*Your instructions:* Your task is to repeat exactly the lines below between the line holding "f 98 100 101" and the line holding "f 61 62 110", inclusive, and only those.

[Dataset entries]
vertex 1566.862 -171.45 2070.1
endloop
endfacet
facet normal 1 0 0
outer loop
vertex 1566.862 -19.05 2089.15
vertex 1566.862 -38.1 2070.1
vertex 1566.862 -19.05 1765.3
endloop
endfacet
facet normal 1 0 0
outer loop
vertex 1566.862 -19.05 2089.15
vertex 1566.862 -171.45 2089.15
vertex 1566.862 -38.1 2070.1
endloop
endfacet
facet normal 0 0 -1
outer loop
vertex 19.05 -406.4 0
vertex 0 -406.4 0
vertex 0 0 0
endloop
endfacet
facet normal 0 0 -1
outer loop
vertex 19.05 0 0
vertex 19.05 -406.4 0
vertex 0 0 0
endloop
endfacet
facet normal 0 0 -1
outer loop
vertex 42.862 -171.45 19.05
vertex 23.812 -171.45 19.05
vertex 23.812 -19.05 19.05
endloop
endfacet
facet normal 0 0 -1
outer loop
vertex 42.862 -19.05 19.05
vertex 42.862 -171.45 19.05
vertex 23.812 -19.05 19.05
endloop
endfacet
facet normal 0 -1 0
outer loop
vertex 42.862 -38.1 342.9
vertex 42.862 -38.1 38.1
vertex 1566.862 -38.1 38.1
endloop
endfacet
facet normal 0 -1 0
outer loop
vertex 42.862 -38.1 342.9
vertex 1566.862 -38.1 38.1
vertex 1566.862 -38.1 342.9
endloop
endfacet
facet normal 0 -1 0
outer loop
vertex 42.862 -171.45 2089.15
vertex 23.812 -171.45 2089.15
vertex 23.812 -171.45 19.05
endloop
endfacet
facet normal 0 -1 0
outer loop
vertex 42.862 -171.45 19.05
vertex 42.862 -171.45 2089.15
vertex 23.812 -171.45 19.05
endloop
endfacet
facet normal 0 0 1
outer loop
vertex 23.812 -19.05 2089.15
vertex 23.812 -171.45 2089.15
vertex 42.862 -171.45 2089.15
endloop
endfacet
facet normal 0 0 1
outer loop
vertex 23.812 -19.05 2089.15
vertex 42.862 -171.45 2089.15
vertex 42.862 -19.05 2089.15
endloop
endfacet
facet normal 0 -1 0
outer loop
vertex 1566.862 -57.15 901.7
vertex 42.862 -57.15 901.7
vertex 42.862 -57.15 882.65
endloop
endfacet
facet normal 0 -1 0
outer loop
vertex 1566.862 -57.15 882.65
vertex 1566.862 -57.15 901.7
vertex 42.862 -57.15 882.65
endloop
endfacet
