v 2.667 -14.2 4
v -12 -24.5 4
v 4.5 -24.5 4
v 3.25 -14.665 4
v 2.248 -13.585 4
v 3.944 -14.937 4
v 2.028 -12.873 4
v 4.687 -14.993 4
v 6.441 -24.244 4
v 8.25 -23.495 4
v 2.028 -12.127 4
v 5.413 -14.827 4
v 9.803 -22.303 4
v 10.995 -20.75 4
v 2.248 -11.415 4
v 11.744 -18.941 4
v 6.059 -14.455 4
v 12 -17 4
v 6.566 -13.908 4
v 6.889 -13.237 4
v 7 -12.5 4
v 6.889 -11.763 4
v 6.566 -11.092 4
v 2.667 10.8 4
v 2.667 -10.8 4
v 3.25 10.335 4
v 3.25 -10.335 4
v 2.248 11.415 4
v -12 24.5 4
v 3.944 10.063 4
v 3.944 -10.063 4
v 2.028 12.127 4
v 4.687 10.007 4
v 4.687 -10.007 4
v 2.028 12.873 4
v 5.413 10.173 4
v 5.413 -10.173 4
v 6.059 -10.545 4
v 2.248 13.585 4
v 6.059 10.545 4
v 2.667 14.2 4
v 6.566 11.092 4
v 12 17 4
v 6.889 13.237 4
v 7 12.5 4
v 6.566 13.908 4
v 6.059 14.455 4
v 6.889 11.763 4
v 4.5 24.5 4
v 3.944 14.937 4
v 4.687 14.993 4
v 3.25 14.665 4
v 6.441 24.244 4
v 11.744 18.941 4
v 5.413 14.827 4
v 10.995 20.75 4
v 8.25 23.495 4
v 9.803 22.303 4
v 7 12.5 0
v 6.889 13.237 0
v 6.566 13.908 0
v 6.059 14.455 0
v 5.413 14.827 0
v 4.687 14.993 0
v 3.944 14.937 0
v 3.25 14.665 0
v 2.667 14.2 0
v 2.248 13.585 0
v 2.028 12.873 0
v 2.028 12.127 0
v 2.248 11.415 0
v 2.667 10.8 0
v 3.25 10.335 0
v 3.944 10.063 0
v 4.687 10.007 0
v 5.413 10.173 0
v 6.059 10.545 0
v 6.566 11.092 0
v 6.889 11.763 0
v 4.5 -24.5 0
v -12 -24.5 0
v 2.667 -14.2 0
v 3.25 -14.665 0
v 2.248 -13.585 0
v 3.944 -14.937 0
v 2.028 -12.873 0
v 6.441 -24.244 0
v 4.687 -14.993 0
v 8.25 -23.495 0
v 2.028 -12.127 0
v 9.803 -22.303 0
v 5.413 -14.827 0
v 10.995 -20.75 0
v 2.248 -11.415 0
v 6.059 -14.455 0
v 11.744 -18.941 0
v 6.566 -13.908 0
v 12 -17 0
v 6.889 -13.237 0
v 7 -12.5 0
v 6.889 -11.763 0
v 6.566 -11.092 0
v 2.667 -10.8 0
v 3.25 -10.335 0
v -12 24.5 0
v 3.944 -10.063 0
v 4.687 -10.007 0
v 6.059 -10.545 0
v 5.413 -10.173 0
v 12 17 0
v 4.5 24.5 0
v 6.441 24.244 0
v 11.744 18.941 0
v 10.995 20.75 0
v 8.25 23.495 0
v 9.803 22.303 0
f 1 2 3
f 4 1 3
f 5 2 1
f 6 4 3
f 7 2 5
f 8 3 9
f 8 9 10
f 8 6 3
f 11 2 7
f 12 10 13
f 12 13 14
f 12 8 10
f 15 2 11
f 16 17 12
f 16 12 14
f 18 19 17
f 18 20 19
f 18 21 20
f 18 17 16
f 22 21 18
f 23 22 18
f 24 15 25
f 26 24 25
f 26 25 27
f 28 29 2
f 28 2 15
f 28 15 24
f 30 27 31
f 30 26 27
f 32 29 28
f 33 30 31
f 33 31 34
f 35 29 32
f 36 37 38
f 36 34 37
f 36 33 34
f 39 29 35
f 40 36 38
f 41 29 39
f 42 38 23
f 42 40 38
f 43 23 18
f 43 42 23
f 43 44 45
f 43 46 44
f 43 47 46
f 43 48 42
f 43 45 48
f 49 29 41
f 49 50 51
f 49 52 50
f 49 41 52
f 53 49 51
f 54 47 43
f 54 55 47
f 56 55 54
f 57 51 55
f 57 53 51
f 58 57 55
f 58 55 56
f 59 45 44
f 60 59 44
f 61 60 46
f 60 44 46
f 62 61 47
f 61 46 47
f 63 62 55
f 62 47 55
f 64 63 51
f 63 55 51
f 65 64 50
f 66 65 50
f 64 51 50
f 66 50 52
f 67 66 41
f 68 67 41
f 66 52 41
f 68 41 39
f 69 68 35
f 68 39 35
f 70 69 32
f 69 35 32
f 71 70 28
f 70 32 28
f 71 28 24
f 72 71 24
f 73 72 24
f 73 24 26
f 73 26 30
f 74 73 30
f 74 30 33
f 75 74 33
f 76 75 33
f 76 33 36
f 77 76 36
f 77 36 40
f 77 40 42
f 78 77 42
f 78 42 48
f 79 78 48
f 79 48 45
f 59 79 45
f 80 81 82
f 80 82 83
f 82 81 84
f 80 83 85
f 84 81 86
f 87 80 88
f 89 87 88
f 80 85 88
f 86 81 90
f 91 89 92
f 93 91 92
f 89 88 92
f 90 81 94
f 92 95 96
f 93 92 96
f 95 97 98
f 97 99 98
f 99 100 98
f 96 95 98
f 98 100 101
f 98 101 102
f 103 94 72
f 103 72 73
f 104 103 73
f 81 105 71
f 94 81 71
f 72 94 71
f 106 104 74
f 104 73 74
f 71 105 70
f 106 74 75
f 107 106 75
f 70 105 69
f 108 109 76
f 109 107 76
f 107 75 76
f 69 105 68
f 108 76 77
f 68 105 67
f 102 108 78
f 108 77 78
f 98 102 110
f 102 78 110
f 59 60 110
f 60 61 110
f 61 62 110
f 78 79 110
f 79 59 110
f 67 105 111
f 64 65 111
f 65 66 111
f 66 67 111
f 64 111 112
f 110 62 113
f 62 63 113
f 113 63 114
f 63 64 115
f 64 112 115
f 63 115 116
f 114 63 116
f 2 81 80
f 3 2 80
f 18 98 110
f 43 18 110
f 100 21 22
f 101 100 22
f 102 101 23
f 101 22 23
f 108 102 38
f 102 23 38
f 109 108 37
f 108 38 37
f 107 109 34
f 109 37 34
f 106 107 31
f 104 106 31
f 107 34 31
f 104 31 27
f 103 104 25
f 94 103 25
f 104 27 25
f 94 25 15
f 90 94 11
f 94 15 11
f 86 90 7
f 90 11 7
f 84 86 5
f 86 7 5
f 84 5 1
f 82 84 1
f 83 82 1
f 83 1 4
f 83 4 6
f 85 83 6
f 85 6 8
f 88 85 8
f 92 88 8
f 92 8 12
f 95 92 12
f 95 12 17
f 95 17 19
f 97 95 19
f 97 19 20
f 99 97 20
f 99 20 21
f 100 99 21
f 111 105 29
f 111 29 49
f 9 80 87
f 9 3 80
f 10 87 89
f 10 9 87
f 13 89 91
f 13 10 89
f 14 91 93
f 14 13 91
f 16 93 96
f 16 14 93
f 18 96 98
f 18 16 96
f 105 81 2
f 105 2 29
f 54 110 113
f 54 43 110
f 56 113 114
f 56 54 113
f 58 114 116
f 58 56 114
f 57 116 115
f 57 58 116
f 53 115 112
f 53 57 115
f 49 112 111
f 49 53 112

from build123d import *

# Parameters (mm, degrees)
F0_W     = 24
F0_H     = 49
F1_DEPTH = 4
F2_R     = 7.5
F3_R     = 2.5
F4_DEPTH = 5


with BuildPart() as f1:
    # F0 (on Top) → F1 (new body)
    with BuildSketch(Plane.XY):
        Rectangle(F0_W, F0_H)
    extrude(amount=F1_DEPTH)

    # F2
    f2_edges = [f1.edges().sort_by_distance(p)[0] for p in [
        (12, -24.5, 2),
        (12, 24.5, 2),
    ]]
    fillet(f2_edges, radius=F2_R)

    # F3 (on face) → F4 (cut)
    with BuildSketch(Plane.XY.offset(4)):
        with Locations((4.5, 12.5)):
            Circle(F3_R)
        with Locations((4.5, -12.5)):
            Circle(F3_R)
    extrude(amount=-F4_DEPTH, mode=Mode.SUBTRACT)


solid = f1.part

*Problem solution:*
f 98 100 101
f 98 101 102
f 103 94 72
f 103 72 73
f 104 103 73
f 81 105 71
f 94 81 71
f 72 94 71
f 106 104 74
f 104 73 74
f 71 105 70
f 106 74 75
f 107 106 75
f 70 105 69
f 108 109 76
f 109 107 76
f 107 75 76
f 69 105 68
f 108 76 77
f 68 105 67
f 102 108 78
f 108 77 78
f 98 102 110
f 102 78 110
f 59 60 110
f 60 61 110
f 61 62 110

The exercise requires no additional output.